Au-delà de la politique pour la politique, je le dis comme je le vis et comme je le ressens sur le terrain : le président Sarkozy déstabilise tout et tout le monde. Nous, Conseil général, sommes devenus « LA » valeur refuge pour la population.
Très sincèrement, je me demande si les gens de l'UMP descendent encore sur le terrain, parmi la population, quand j'entends leurs représentants dans l'hémicycle de l'Assemblée départementale. Car, sans vouloir caricaturer, c'est un désastre. Il est grand temps qu'ils se mettent au diapason de la réalité quotidienne ; cela leur permettra, au moins, de mettre à jour leurs discours ! Je ne saurais trop leur conseiller de sortir, de se mettre un peu plus souvent à la fenêtre pour voir passer les gens et les problèmes. Ils me donnent l'impression de vivre à Perpignan sans jamais y mettre les pieds, sans quitter « le mas Llaro » !
Le mépris de cette Opposition UMP dans la mise en place du Plan de relance pour notre département, est révélateur de cette absence sur le terrain. J'ai beau, en séance publique, lui lancer des « Réveillez-vous ! », « Descendez de votre nuage ! », cette Opposition UMP reste sourde, inactive. J'ai beau lui démontrer que nous pouvons être un formidable levier pour les collectivités locales, les mairies, avec notre Plan de relance, rien y fait !
Pourtant, c'est bien par nous que la relance passera. Le Plan de relance, c'est nous ! Car c'est nous qui y participons, directement sur le terrain. Nous sommes l'un des remparts face à la crise, parce que nos ambitions collent vraiment aux préoccupations et besoins exprimés par la population. Par nos concitoyens. Nous pouvons ainsi intervenir dans des zones d'activités. Nous pouvons, aussi, réaliser des équipements collectifs, investir sur les routes, lutter contre l'insalubrité dans le domaine du logement. Nous savons que la consommation repartira avec des aides à la solidarité. Nous sommes « LE » catalyseur de la croissance dans nos territoires. Il suffirait d'obtenir les mêmes financements qu'ailleurs, en Europe, d'autres nations ont compris qu'il fallait accorder aux collectivités.

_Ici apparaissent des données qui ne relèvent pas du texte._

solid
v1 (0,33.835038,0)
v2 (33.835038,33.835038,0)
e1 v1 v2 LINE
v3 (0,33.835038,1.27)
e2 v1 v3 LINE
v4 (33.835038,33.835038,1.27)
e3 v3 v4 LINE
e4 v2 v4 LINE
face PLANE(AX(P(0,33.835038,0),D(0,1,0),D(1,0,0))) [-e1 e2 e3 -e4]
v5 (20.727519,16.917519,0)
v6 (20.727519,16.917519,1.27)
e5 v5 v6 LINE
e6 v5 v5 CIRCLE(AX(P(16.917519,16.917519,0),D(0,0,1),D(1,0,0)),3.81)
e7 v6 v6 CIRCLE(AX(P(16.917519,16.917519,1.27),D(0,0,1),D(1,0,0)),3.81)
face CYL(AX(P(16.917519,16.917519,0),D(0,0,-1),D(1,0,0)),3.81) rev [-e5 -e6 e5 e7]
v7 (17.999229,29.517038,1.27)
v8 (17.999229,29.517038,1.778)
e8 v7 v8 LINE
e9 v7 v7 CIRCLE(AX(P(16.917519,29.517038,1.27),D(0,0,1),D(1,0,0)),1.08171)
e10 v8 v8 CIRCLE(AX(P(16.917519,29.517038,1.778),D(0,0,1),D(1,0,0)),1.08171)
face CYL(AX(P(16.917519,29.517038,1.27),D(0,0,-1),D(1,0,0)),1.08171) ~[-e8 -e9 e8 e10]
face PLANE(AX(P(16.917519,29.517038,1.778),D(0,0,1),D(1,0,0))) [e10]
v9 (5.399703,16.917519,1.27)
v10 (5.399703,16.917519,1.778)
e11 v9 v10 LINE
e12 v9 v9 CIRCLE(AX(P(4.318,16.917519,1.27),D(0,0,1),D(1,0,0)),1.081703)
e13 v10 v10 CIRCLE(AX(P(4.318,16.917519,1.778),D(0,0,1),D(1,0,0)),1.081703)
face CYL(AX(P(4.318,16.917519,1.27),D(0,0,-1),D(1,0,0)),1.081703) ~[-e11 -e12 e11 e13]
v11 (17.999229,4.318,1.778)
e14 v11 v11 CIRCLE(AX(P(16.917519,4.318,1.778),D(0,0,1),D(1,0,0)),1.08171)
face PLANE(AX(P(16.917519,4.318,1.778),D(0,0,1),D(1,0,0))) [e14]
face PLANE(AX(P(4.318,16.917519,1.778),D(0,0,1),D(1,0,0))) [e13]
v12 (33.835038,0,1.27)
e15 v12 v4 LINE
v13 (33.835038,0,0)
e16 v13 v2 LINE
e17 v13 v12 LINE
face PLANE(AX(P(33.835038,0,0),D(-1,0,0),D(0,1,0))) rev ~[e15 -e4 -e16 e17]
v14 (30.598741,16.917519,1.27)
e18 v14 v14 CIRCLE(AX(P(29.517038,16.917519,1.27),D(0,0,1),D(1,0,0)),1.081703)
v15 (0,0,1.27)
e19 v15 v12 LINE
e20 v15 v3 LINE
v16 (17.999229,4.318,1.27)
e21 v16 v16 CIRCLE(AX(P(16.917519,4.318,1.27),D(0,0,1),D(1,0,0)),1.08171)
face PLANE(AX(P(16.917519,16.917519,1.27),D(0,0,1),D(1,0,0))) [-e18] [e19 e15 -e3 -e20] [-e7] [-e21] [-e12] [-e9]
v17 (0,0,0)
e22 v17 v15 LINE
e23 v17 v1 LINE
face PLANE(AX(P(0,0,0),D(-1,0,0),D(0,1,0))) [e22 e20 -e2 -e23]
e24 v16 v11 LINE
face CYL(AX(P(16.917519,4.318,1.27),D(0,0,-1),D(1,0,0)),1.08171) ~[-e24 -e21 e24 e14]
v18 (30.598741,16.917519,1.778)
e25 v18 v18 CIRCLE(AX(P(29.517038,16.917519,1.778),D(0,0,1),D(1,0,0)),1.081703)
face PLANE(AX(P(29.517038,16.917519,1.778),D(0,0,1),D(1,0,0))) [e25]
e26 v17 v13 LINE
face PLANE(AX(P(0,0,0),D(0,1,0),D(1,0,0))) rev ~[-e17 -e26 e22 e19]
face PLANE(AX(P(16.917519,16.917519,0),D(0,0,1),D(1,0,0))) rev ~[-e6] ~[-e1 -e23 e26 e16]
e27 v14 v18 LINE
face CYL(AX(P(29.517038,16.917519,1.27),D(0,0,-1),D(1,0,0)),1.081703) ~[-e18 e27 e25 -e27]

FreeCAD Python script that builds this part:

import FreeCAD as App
import Part
import Sketcher

V = App.Vector
Q = App.Units.Quantity


def add_polygon(sketch, points):
    """Adds a closed chain of lines whose ends are joined by coincident constraints."""
    first, n = sketch.GeometryCount, len(points)
    for a, b in zip(points, points[1:] + points[:1]):
        sketch.addGeometry(Part.LineSegment(App.Vector(*a, 0), App.Vector(*b, 0)), False)
    for i in range(n):
        sketch.addConstraint(Sketcher.Constraint("Coincident", first + i, 2, first + (i + 1) % n, 1))

doc = App.newDocument("Part")
params = doc.addObject("Spreadsheet::Sheet", "Params")
for row, (alias, value) in enumerate([
    ("sketch1_diameter", "0.3 in"),
    ("pad1_length", "0.05 in"),
    ("pad2_length", "0.02 in"),
], start=1):
    params.set(f"A{row}", alias)
    params.set(f"B{row}", "=" + value)
    params.setAlias(f"B{row}", alias)

body = doc.addObject("PartDesign::Body", "Body")

# Sketch on XY plane
sketch1 = body.newObject("Sketcher::SketchObject", "Sketch")
sketch1.AttachmentSupport = (doc.getObject("XY_Plane"), [""])
sketch1.MapMode = "FlatFace"
add_polygon(sketch1, [(0, 33.8), (0, 0), (33.8, 0), (33.8, 33.8)])  # lines 0-3
sketch1.addGeometry(Part.Circle(V(16.9, 16.9, 0), V(0, 0, 1), 3.8), False)  # 4
sketch1.addConstraint(Sketcher.Constraint("Vertical", 0))
sketch1.addConstraint(Sketcher.Constraint("Horizontal", 1))
sketch1.addConstraint(Sketcher.Constraint("Vertical", 2))
sketch1.addConstraint(Sketcher.Constraint("Horizontal", 3))
sketch1.addConstraint(Sketcher.Constraint("Coincident", 0, 2, -1, 1))
sketch1.addConstraint(Sketcher.Constraint("Equal", 3, 0))
sketch1.addConstraint(Sketcher.Constraint("Diameter", 4, Q("0.3 in")))
sketch1.addConstraint(Sketcher.Constraint("DistanceX", 1, 1, 1, 2, 33.835038))
sketch1.addConstraint(Sketcher.Constraint("DistanceX", -1, 1, 4, 3, 16.917519))
sketch1.addConstraint(Sketcher.Constraint("DistanceY", -1, 1, 4, 3, 16.917519))
sketch1.setExpression("Constraints[10]", "Params.sketch1_diameter")
pad1 = body.newObject("PartDesign::Pad", "Pad")
pad1.Profile = sketch1
pad1.setExpression("Length", "Params.pad1_length")

# Sketch on XY plane
sketch2 = body.newObject("Sketcher::SketchObject", "Sketch001")
sketch2.AttachmentSupport = (doc.getObject("XY_Plane"), [""])
sketch2.MapMode = "FlatFace"
sketch2.AttachmentOffset = App.Placement(V(0, 0, 0.05 * 25.4), App.Rotation())
sketch2.addGeometry(Part.Circle(V(29.5, 16.9, 0), V(0, 0, 1), 1.1), False)
sketch2.addGeometry(Part.Circle(V(4.3, 16.9, 0), V(0, 0, 1), 1.1), False)
sketch2.addGeometry(Part.Circle(V(16.9, 29.5, 0), V(0, 0, 1), 1.1), False)
sketch2.addGeometry(Part.Circle(V(16.9, 4.3, 0), V(0, 0, 1), 1.1), False)
sketch2.addConstraint(Sketcher.Constraint("Equal", 0, 1))
sketch2.addConstraint(Sketcher.Constraint("Equal", 2, 3))
sketch2.addConstraint(Sketcher.Constraint("Horizontal", 0, 3, 1, 3))
sketch2.addConstraint(Sketcher.Constraint("Vertical", 2, 3, 3, 3))
sketch2.addConstraint(Sketcher.Constraint("DistanceX", -1, 1, 1, 3, Q("0.17 in")))
sketch2.addConstraint(Sketcher.Constraint("DistanceY", -1, 1, 3, 3, Q("0.17 in")))
sketch2.addConstraint(Sketcher.Constraint("Diameter", 2, 2.16342))
sketch2.addConstraint(Sketcher.Constraint("Diameter", 0, 2.163406))
sketch2.addConstraint(Sketcher.Constraint("DistanceY", -1, 1, 0, 3, 16.917519))
sketch2.addConstraint(Sketcher.Constraint("DistanceX", -1, 1, 2, 3, 16.917519))
sketch2.addConstraint(Sketcher.Constraint("DistanceX", 1, 3, 0, 3, 25.199038))
sketch2.addConstraint(Sketcher.Constraint("DistanceY", 0, 3, 2, 3, 12.599519))
pad2 = body.newObject("PartDesign::Pad", "Pad001")
pad2.Profile = sketch2
pad2.setExpression("Length", "Params.pad2_length")

doc.recompute()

Le Gouvernement, s'il veut réussir face à la crise, devra changer de cap, ouvrir de nouvelles orientations, et notamment accepter le fait que la relance passe par la consommation.
Mais l'attitude désinvolte des conseillers généraux UMP dans ce grand débat qui engage notre avenir ne m'étonne qu'à moitié... Surtout quant on sait que ceux-ci ont même refusé de voter la motion concernant le bien fondé de l'existence de nos départements ; motion pourtant rédigée par TOUS les présidents de conseils généraux de France ! Cela s'appelle « se tirer une balle dans le pied ! », non ?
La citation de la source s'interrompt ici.